#### REQUIRED ACTION
Reproduce the records below exactly, but only between the lines holding "v 12 -4.089 5.41" and "v 4.045 -6.421 7.955", inclusive.

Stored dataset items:
* * * * * * * * *

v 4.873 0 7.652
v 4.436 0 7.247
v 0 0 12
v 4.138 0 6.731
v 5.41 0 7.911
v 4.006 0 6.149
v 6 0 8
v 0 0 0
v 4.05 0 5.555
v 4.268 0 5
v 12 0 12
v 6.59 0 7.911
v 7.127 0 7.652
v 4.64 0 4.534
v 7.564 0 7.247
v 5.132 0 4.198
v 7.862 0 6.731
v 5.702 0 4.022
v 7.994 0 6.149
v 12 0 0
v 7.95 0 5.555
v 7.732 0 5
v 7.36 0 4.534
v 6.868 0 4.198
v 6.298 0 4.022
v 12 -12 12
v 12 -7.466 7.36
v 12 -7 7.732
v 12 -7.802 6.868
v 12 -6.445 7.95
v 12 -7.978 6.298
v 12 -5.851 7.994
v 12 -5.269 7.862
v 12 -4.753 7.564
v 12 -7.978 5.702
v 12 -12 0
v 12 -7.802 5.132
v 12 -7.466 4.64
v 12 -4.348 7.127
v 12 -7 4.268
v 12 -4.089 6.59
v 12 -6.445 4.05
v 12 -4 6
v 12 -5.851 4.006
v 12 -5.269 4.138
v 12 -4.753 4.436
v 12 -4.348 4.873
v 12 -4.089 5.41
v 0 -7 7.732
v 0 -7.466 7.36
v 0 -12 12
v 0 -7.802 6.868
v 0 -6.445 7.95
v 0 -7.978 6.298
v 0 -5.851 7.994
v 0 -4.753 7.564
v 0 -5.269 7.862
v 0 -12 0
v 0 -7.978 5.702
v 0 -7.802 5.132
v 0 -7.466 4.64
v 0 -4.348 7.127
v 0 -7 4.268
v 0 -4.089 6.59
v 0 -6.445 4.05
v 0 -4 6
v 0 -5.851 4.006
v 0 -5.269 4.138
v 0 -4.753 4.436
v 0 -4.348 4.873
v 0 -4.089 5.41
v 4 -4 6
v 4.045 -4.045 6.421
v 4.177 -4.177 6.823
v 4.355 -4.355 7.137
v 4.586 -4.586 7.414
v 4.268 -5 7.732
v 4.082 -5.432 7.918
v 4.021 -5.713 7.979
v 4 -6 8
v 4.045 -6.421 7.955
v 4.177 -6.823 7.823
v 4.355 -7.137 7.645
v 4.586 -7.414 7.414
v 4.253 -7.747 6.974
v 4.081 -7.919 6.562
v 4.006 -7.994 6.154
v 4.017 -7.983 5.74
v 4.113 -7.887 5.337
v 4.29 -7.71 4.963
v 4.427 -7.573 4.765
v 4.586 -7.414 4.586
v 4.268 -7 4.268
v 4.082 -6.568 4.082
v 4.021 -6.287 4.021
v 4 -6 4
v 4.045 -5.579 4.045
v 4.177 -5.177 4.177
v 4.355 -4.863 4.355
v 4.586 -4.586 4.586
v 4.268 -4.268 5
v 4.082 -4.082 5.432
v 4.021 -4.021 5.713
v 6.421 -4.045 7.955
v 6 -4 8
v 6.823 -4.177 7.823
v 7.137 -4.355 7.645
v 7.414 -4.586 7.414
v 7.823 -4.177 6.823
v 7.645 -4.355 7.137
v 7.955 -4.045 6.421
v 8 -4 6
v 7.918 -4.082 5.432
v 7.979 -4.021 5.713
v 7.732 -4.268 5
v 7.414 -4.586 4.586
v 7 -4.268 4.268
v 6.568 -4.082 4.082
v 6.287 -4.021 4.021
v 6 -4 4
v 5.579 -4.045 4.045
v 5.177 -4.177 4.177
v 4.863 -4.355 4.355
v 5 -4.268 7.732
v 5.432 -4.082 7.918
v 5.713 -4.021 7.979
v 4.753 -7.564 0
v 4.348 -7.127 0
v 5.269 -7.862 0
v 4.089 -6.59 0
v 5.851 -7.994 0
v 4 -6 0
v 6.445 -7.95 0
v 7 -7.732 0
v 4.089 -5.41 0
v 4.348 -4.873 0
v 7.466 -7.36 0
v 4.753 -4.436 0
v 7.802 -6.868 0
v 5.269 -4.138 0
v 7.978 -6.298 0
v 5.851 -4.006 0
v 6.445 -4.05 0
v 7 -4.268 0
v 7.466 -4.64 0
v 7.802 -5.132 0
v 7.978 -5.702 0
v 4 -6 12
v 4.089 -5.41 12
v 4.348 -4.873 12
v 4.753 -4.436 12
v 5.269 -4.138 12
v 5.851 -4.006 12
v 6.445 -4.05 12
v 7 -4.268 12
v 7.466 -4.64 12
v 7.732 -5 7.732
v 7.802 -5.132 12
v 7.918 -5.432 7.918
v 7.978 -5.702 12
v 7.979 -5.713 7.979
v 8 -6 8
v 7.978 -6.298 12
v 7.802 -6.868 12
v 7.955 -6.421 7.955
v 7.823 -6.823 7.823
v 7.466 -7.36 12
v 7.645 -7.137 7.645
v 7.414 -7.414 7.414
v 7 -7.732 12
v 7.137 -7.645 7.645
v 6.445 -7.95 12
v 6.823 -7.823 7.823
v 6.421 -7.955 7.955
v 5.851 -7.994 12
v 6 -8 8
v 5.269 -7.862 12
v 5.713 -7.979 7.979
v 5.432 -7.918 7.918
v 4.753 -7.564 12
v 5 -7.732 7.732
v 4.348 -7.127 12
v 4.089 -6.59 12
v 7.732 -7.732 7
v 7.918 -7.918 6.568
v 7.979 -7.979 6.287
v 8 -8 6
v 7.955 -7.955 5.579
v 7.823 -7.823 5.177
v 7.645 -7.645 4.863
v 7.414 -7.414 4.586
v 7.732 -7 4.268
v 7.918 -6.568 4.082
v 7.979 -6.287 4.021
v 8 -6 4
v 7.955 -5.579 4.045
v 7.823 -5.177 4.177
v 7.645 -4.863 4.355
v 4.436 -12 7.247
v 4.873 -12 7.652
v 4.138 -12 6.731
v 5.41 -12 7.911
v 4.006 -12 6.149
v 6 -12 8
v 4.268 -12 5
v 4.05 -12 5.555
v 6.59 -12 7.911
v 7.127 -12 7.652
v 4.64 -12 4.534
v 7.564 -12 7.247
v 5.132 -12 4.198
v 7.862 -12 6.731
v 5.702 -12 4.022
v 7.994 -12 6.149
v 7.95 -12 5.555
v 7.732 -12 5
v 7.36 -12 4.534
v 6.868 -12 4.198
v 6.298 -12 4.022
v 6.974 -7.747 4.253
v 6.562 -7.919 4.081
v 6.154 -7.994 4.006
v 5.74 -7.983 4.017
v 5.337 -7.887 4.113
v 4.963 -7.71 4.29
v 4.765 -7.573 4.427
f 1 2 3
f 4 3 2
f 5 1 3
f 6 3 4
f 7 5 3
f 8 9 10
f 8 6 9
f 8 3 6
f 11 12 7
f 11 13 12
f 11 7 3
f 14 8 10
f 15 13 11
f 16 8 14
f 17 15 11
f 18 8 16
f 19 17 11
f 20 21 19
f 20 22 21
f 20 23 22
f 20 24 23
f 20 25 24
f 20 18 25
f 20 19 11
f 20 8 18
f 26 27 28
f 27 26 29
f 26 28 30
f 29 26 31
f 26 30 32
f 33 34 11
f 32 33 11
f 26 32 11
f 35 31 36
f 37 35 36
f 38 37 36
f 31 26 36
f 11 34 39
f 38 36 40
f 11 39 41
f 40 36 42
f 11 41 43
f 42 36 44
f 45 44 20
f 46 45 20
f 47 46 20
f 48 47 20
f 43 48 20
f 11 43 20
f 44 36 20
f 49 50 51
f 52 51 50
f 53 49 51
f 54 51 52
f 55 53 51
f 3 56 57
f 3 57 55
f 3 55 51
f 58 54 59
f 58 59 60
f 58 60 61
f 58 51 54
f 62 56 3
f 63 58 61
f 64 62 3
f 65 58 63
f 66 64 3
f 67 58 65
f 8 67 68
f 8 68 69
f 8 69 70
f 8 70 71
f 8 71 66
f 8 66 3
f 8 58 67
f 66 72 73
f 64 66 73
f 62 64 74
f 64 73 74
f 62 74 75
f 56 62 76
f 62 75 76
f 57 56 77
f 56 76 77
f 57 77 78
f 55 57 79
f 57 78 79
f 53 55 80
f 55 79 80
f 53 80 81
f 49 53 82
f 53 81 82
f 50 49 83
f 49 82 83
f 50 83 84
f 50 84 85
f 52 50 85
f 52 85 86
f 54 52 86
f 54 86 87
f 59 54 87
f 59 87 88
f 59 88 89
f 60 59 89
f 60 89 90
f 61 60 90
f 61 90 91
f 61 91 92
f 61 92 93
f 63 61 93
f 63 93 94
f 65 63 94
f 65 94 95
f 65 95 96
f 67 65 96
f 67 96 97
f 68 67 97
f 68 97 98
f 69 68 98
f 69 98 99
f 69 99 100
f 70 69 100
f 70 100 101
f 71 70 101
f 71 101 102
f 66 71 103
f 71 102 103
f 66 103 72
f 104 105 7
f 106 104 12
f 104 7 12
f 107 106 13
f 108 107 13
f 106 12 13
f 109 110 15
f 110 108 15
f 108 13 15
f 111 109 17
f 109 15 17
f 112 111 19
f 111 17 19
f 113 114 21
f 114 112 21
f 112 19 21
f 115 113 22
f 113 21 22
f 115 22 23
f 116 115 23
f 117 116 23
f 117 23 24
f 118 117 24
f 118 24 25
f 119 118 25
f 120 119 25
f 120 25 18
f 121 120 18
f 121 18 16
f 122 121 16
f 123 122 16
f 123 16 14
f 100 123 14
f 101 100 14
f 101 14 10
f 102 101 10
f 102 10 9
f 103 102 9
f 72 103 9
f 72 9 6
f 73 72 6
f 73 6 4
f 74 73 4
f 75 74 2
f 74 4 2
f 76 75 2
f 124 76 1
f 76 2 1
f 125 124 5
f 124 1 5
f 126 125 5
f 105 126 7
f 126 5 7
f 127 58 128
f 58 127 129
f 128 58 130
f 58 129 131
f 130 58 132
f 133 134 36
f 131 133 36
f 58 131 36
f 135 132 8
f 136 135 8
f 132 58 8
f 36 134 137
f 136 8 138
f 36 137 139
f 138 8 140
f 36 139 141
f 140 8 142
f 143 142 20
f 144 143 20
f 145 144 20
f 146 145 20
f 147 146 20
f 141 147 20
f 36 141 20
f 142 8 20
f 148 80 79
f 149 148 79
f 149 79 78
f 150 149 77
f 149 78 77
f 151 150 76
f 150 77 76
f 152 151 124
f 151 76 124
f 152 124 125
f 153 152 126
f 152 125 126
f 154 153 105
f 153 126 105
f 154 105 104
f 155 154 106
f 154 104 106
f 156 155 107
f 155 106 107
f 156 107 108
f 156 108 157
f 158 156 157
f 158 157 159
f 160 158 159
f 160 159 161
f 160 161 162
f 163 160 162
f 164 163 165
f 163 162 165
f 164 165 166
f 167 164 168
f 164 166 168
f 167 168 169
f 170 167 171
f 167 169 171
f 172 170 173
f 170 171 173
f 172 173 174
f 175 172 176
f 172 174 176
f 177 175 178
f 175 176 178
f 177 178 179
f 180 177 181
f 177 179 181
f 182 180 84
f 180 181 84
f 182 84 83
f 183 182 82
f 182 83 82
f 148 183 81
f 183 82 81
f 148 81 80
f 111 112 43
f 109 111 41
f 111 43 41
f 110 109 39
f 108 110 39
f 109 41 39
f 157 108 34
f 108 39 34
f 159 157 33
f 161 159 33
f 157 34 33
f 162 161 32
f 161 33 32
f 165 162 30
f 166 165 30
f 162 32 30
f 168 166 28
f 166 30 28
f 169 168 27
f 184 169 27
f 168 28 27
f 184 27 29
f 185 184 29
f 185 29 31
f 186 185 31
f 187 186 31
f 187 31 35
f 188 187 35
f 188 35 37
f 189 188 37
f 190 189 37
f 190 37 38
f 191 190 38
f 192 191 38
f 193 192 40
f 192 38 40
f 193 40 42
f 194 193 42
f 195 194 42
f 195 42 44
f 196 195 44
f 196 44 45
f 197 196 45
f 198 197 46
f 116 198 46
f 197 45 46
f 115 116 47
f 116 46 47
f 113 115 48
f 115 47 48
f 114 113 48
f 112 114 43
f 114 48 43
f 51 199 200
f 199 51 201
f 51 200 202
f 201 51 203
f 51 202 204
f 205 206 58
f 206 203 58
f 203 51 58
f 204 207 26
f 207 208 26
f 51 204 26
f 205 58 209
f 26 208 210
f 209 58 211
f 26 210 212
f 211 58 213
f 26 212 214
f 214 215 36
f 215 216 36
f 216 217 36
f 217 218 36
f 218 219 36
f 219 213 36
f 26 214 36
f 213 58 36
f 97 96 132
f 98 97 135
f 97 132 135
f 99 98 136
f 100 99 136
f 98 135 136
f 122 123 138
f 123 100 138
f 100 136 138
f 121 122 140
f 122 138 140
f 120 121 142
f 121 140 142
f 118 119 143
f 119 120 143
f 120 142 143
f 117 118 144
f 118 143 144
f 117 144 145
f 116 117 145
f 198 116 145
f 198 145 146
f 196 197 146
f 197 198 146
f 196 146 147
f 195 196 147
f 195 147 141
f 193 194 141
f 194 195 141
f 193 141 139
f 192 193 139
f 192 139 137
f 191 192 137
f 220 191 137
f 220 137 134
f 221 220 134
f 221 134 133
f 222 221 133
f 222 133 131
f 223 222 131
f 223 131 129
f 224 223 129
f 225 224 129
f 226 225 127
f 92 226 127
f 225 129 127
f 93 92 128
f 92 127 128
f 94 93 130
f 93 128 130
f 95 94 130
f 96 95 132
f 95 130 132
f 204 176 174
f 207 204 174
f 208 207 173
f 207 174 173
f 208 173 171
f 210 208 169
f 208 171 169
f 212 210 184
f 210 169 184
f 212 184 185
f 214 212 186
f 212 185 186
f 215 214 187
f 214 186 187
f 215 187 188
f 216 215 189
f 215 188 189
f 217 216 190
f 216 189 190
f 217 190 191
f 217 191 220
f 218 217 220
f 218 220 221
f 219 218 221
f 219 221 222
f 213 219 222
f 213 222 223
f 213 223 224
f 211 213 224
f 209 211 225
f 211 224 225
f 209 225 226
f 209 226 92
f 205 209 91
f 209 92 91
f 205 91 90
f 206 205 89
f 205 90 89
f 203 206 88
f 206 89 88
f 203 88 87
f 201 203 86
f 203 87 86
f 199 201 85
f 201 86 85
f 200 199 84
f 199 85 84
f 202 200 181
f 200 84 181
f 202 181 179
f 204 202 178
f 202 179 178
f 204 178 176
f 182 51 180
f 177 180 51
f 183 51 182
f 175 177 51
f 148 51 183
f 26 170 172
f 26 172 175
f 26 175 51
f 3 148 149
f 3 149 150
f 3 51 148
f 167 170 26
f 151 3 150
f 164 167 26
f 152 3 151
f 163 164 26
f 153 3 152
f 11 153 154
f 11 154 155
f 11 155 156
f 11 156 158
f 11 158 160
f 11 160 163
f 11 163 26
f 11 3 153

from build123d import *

# Parameters (mm, degrees)
SKETCH_1_W          = 12
SKETCH_1_H          = 12
EXTRUDE_1_DEPTH     = 12
SKETCH_2_R          = 2
CUT_EXTRUDE_1_DEPTH = 21.784609691
SKETCH_3_R          = 2
CUT_EXTRUDE_2_DEPTH = 21.784609691
SKETCH_4_R          = 2
CUT_EXTRUDE_3_DEPTH = 21.784609691


with BuildPart() as part:
    # 草图1 → 凸台-拉伸1 (new body)
    with BuildSketch(Plane.XY):
        with Locations((6, -6)):
            Rectangle(SKETCH_1_W, SKETCH_1_H)
    extrude(amount=EXTRUDE_1_DEPTH)

    # 草图2 → 切除-拉伸1 (cut, through all)
    with BuildSketch(Plane(origin=(12, 0, 0), x_dir=(0, 0, -1), z_dir=(1, 0, 0))):
        with Locations(Location((-6, -6, 0), (0, 0, 90))):
            Circle(SKETCH_2_R)
    extrude(amount=-CUT_EXTRUDE_1_DEPTH, mode=Mode.SUBTRACT)

    # 草图3 → 切除-拉伸2 (cut, through all)
    with BuildSketch(Plane(origin=(0, 0, 0), x_dir=(1, 0, 0), z_dir=(0, 1, 0))):
        with Locations(Location((6, -6, 0), (0, 0, 270))):
            Circle(SKETCH_3_R)
    extrude(amount=-CUT_EXTRUDE_2_DEPTH, mode=Mode.SUBTRACT)

    # 草图4 → 切除-拉伸3 (cut, through all)
    with BuildSketch(Plane(origin=(0, 0, 0), x_dir=(-1, 0, 0), z_dir=(0, 0, -1))):
        with Locations((-6, -6)):
            Circle(SKETCH_4_R)
    extrude(amount=-CUT_EXTRUDE_3_DEPTH, mode=Mode.SUBTRACT)


solid = part.part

* * * * * * * * *

#### RESPONSE AREA
v 12 -4.089 5.41
v 0 -7 7.732
v 0 -7.466 7.36
v 0 -12 12
v 0 -7.802 6.868
v 0 -6.445 7.95
v 0 -7.978 6.298
v 0 -5.851 7.994
v 0 -4.753 7.564
v 0 -5.269 7.862
v 0 -12 0
v 0 -7.978 5.702
v 0 -7.802 5.132
v 0 -7.466 4.64
v 0 -4.348 7.127
v 0 -7 4.268
v 0 -4.089 6.59
v 0 -6.445 4.05
v 0 -4 6
v 0 -5.851 4.006
v 0 -5.269 4.138
v 0 -4.753 4.436
v 0 -4.348 4.873
v 0 -4.089 5.41
v 4 -4 6
v 4.045 -4.045 6.421
v 4.177 -4.177 6.823
v 4.355 -4.355 7.137
v 4.586 -4.586 7.414
v 4.268 -5 7.732
v 4.082 -5.432 7.918
v 4.021 -5.713 7.979
v 4 -6 8
v 4.045 -6.421 7.955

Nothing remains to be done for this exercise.